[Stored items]
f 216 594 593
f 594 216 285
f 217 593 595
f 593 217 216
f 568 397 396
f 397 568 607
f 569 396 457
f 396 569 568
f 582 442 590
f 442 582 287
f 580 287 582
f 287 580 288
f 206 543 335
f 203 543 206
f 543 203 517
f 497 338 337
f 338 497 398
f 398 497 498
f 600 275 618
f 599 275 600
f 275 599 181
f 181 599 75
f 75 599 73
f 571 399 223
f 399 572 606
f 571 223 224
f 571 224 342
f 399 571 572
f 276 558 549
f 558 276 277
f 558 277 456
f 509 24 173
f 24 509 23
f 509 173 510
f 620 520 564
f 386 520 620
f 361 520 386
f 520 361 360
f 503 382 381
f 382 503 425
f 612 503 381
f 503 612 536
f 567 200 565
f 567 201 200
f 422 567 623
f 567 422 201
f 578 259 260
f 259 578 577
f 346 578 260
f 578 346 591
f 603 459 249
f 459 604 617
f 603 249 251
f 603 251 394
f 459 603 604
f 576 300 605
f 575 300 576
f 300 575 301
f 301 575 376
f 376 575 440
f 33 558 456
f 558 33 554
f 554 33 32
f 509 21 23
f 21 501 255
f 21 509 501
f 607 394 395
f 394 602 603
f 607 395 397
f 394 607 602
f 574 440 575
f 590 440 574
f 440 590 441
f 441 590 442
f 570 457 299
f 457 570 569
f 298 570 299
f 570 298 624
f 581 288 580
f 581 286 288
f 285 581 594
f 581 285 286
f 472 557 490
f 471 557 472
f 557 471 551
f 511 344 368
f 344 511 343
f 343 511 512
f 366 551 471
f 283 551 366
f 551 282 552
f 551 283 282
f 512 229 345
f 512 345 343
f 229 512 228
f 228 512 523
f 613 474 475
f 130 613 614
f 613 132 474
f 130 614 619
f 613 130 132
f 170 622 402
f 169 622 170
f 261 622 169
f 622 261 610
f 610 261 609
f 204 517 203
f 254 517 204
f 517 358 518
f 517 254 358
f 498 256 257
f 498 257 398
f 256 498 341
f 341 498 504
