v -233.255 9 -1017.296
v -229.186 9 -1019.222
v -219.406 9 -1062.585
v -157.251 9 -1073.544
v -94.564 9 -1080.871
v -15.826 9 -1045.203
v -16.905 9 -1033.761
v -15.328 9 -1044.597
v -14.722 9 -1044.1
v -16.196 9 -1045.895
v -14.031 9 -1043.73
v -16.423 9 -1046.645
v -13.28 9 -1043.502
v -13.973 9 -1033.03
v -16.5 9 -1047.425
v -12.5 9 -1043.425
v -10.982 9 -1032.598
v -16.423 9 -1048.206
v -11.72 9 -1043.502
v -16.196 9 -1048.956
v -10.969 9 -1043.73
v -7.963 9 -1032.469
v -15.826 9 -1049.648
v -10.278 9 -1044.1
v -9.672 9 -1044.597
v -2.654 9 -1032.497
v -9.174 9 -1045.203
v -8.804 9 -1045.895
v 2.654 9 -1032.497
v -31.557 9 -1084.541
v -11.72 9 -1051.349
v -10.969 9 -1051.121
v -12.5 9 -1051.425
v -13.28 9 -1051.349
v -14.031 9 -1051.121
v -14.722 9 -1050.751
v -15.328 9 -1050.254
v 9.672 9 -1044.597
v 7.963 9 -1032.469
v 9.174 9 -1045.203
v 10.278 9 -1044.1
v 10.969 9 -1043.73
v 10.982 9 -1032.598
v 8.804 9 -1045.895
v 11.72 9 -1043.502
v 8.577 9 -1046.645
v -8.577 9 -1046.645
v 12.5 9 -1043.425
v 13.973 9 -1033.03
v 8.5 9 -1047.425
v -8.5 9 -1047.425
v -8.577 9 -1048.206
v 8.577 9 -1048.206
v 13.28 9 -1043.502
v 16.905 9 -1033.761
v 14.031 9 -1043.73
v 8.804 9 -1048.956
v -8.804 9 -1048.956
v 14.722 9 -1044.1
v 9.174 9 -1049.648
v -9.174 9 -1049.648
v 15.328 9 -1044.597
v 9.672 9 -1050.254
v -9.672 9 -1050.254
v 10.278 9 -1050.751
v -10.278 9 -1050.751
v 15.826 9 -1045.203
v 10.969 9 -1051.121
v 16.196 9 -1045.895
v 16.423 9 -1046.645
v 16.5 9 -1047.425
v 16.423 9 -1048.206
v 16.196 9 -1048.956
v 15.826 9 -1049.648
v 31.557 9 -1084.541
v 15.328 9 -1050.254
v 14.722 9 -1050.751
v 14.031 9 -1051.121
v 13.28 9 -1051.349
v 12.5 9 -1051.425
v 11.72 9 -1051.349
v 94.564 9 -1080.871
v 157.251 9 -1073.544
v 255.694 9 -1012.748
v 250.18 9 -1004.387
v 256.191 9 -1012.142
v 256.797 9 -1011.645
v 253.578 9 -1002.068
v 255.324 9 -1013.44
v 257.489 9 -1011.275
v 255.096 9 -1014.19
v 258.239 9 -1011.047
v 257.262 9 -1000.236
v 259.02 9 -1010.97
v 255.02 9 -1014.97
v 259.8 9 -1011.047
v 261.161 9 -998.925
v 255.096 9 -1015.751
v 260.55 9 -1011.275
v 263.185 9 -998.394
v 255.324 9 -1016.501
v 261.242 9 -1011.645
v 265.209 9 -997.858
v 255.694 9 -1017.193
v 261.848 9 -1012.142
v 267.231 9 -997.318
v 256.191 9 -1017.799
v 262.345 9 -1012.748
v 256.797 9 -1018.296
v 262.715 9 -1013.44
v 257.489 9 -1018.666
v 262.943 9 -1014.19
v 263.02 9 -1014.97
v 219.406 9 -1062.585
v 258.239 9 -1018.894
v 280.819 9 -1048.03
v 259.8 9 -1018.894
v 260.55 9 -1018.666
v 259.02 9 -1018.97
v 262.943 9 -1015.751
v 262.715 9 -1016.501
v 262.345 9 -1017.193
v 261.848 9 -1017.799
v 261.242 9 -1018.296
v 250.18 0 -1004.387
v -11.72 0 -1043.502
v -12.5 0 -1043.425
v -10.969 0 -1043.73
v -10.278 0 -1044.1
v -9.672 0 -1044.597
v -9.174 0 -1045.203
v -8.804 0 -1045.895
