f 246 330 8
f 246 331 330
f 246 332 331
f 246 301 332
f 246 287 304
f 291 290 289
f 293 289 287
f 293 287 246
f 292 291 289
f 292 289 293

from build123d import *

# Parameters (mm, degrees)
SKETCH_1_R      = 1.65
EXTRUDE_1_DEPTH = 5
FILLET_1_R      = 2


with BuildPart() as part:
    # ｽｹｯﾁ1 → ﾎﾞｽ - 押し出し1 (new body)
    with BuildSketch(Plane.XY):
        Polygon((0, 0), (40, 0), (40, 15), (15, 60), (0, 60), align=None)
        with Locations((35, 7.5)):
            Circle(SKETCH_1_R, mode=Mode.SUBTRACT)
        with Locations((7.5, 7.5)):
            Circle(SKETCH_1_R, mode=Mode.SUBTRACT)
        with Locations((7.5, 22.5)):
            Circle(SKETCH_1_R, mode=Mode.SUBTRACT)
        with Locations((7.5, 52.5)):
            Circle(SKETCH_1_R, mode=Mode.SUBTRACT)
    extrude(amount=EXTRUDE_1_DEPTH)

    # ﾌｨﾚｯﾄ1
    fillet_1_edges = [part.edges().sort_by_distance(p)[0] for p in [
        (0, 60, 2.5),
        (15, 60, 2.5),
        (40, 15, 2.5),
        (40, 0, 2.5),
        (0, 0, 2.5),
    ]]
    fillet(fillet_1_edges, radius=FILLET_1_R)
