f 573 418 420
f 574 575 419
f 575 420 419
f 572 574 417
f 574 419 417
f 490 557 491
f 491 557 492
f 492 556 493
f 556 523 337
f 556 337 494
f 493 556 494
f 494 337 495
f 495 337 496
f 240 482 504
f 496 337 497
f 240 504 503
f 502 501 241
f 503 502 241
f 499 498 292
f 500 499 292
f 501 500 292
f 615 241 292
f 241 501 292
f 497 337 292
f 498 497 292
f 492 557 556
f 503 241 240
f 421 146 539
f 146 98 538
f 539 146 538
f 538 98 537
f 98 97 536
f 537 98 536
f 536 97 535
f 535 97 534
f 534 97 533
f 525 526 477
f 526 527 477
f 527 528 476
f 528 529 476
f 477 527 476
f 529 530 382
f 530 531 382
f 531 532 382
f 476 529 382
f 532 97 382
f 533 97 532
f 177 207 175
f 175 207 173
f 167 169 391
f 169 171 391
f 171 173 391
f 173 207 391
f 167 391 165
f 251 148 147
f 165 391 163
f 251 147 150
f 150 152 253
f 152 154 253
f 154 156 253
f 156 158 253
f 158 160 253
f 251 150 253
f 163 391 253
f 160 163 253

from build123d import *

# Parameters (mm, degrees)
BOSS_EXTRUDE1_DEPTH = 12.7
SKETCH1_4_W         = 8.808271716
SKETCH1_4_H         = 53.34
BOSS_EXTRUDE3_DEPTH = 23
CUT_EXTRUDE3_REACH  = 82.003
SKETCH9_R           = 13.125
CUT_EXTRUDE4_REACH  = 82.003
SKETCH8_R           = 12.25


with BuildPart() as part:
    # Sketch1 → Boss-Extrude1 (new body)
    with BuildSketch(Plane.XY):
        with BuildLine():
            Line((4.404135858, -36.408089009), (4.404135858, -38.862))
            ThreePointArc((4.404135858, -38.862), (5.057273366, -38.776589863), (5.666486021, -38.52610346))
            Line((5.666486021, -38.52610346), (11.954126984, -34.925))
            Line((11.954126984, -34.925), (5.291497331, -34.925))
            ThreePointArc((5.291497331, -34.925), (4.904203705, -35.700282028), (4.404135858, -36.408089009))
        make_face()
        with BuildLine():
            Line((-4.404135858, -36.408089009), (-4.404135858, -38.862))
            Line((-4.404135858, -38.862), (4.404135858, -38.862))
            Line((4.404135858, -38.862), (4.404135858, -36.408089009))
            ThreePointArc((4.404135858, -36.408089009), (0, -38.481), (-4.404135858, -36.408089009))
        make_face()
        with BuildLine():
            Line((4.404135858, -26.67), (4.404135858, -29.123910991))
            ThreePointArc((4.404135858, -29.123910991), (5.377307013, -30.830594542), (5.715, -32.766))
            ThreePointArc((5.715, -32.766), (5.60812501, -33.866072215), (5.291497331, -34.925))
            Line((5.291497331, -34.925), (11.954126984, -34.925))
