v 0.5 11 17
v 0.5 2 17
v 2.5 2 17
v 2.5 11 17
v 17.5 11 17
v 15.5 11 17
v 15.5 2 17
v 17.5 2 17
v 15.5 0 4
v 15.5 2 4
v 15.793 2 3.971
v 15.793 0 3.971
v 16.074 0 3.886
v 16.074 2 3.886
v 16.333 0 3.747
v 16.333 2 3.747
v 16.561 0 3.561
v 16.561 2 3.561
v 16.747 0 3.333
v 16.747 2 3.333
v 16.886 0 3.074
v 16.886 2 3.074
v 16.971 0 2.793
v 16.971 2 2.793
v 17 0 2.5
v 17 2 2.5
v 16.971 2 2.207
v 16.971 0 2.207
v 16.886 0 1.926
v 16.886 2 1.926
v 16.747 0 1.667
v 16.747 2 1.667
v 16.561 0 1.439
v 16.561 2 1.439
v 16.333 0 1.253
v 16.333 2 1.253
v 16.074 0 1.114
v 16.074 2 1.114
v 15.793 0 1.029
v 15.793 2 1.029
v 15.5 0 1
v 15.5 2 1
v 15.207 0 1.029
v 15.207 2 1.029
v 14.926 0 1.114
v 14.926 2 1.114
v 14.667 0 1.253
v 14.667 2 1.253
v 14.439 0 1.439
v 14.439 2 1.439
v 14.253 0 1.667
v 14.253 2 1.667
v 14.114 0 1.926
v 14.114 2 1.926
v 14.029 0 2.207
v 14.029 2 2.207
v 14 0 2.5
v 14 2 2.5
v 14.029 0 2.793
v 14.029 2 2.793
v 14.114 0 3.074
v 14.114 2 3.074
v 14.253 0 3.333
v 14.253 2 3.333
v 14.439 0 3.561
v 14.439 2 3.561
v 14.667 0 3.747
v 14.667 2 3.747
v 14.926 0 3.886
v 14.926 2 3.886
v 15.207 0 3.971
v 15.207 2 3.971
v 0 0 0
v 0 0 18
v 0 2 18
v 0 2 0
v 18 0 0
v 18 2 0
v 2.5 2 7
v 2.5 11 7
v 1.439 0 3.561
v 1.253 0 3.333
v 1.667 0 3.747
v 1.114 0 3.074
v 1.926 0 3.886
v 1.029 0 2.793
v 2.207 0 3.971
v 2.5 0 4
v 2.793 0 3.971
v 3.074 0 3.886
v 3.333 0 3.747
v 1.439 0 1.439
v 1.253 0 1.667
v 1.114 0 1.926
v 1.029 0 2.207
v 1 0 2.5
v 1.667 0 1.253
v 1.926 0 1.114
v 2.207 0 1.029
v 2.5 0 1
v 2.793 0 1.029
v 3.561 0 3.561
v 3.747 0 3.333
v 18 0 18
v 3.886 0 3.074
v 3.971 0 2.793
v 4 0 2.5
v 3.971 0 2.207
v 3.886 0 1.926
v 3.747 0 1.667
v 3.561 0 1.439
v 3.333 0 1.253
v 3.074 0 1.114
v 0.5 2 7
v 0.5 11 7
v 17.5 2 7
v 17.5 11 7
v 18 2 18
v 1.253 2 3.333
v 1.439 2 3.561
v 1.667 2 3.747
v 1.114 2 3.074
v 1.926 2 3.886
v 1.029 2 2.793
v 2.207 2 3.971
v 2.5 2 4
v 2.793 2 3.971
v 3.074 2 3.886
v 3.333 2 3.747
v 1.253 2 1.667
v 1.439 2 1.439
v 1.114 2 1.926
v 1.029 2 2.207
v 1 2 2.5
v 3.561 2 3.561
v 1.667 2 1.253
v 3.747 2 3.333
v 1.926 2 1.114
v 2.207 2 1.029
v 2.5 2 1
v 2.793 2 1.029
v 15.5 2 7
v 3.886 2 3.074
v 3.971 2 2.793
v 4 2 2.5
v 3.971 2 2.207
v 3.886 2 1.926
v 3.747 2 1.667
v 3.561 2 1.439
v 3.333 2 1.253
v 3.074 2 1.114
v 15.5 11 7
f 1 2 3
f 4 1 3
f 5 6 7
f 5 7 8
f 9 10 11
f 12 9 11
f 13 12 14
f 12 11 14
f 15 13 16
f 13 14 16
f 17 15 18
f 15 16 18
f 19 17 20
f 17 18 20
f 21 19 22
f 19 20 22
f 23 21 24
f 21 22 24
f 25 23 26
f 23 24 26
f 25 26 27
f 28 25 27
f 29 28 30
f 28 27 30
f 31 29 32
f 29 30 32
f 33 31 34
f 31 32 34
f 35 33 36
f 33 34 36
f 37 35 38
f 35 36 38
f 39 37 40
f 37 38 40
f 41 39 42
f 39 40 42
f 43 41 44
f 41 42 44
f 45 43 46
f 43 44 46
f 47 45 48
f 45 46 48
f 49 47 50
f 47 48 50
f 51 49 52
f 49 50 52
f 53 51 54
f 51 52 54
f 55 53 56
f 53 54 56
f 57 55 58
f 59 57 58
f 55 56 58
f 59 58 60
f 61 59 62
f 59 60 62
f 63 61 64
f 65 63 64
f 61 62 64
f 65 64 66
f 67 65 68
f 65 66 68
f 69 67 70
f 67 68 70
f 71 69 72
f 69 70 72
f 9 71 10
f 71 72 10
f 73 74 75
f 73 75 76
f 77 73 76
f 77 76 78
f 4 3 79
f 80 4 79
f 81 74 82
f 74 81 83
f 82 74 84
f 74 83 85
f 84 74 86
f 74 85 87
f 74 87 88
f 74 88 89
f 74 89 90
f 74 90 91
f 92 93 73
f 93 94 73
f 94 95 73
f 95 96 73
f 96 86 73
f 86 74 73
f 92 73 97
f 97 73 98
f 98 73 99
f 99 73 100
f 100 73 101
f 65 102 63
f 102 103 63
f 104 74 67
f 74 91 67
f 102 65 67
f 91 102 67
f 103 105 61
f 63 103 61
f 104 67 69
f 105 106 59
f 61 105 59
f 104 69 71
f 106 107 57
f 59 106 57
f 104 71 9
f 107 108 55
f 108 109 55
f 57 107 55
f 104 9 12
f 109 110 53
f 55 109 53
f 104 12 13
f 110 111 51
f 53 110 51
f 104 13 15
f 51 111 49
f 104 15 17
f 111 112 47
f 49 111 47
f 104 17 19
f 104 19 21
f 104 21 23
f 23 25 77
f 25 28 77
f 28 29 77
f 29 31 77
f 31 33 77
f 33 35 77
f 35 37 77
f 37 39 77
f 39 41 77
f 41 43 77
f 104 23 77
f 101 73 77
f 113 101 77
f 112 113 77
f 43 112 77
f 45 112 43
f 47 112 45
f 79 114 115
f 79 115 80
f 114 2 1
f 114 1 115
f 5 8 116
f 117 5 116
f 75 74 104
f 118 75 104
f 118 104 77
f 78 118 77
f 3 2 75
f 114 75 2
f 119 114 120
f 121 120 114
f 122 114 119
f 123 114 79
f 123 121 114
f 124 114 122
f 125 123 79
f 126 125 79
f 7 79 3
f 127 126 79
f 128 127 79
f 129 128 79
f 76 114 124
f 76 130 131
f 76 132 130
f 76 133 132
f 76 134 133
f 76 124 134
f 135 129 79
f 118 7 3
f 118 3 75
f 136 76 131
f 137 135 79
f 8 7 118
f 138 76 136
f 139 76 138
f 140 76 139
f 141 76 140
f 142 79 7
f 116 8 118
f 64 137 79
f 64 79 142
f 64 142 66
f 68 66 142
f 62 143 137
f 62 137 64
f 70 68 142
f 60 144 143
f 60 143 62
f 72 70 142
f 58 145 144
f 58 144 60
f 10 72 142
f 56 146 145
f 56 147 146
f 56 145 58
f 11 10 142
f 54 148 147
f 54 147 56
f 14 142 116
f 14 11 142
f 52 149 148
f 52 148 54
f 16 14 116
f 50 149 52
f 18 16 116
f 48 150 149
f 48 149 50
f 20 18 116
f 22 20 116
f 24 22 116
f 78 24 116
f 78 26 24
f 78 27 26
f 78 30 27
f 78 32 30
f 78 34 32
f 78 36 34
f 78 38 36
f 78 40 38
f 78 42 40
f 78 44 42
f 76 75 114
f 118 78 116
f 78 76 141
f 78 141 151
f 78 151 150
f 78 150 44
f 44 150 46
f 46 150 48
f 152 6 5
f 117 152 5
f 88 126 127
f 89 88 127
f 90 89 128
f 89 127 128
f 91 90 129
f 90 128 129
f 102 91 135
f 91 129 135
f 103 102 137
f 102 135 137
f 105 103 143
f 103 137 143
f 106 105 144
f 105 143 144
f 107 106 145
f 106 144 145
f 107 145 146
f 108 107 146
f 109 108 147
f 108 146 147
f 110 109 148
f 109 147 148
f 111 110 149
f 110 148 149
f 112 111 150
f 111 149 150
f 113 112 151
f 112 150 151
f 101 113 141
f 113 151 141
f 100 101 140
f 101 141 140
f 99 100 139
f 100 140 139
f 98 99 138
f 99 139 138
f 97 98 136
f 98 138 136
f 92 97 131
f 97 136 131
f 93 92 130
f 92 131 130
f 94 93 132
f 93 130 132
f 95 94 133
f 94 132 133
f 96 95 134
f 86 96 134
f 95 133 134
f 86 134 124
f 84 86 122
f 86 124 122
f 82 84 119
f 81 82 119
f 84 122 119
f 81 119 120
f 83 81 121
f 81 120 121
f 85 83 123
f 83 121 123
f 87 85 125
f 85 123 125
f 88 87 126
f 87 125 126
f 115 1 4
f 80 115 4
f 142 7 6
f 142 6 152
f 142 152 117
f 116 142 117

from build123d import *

# Parameters (mm, degrees)
SKETCH1_W           = 18
SKETCH1_H           = 18
BOSS_EXTRUDE1_DEPTH = 2
SKETCH2_R           = 1.5
CUT_EXTRUDE1_DEPTH  = 2
SKETCH3_W           = 2
SKETCH3_H           = 10
BOSS_EXTRUDE2_DEPTH = 9


with BuildPart() as part:
    # Sketch1 → Boss-Extrude1 (new body)
    with BuildSketch(Plane(origin=(0, 0, 0), x_dir=(1, 0, 0), z_dir=(0, 1, 0))):
        with Locations((9, -9)):
            Rectangle(SKETCH1_W, SKETCH1_H)
    extrude(amount=BOSS_EXTRUDE1_DEPTH)

    # Sketch2 → Cut-Extrude1 (cut)
    with BuildSketch(Plane(origin=(0, 2, 0), x_dir=(1, 0, 0), z_dir=(0, 1, 0))):
        with Locations(Location((2.5, -2.5, 0), (0, 0, 270))):
            Circle(SKETCH2_R)
        with Locations(Location((15.5, -2.5, 0), (0, 0, 270))):
            Circle(SKETCH2_R)
    extrude(amount=-CUT_EXTRUDE1_DEPTH, mode=Mode.SUBTRACT)

    # Sketch3 → Boss-Extrude2 (add)
    with BuildSketch(Plane(origin=(0, 2, 0), x_dir=(1, 0, 0), z_dir=(0, 1, 0))):
        with Locations((1.5, -12)):
            Rectangle(SKETCH3_W, SKETCH3_H)
        with Locations((16.5, -12)):
            Rectangle(SKETCH3_W, SKETCH3_H)
    extrude(amount=BOSS_EXTRUDE2_DEPTH)


solid = part.part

[Your assignment] Copy out the lines above exactly, beginning at the one that contains "v 255.694 9 -1012.748" and ending at the one that contains "v 255.694 9 -1017.193".

[Written solution]
v 255.694 9 -1012.748
v 250.18 9 -1004.387
v 256.191 9 -1012.142
v 256.797 9 -1011.645
v 253.578 9 -1002.068
v 255.324 9 -1013.44
v 257.489 9 -1011.275
v 255.096 9 -1014.19
v 258.239 9 -1011.047
v 257.262 9 -1000.236
v 259.02 9 -1010.97
v 255.02 9 -1014.97
v 259.8 9 -1011.047
v 261.161 9 -998.925
v 255.096 9 -1015.751
v 260.55 9 -1011.275
v 263.185 9 -998.394
v 255.324 9 -1016.501
v 261.242 9 -1011.645
v 265.209 9 -997.858
v 255.694 9 -1017.193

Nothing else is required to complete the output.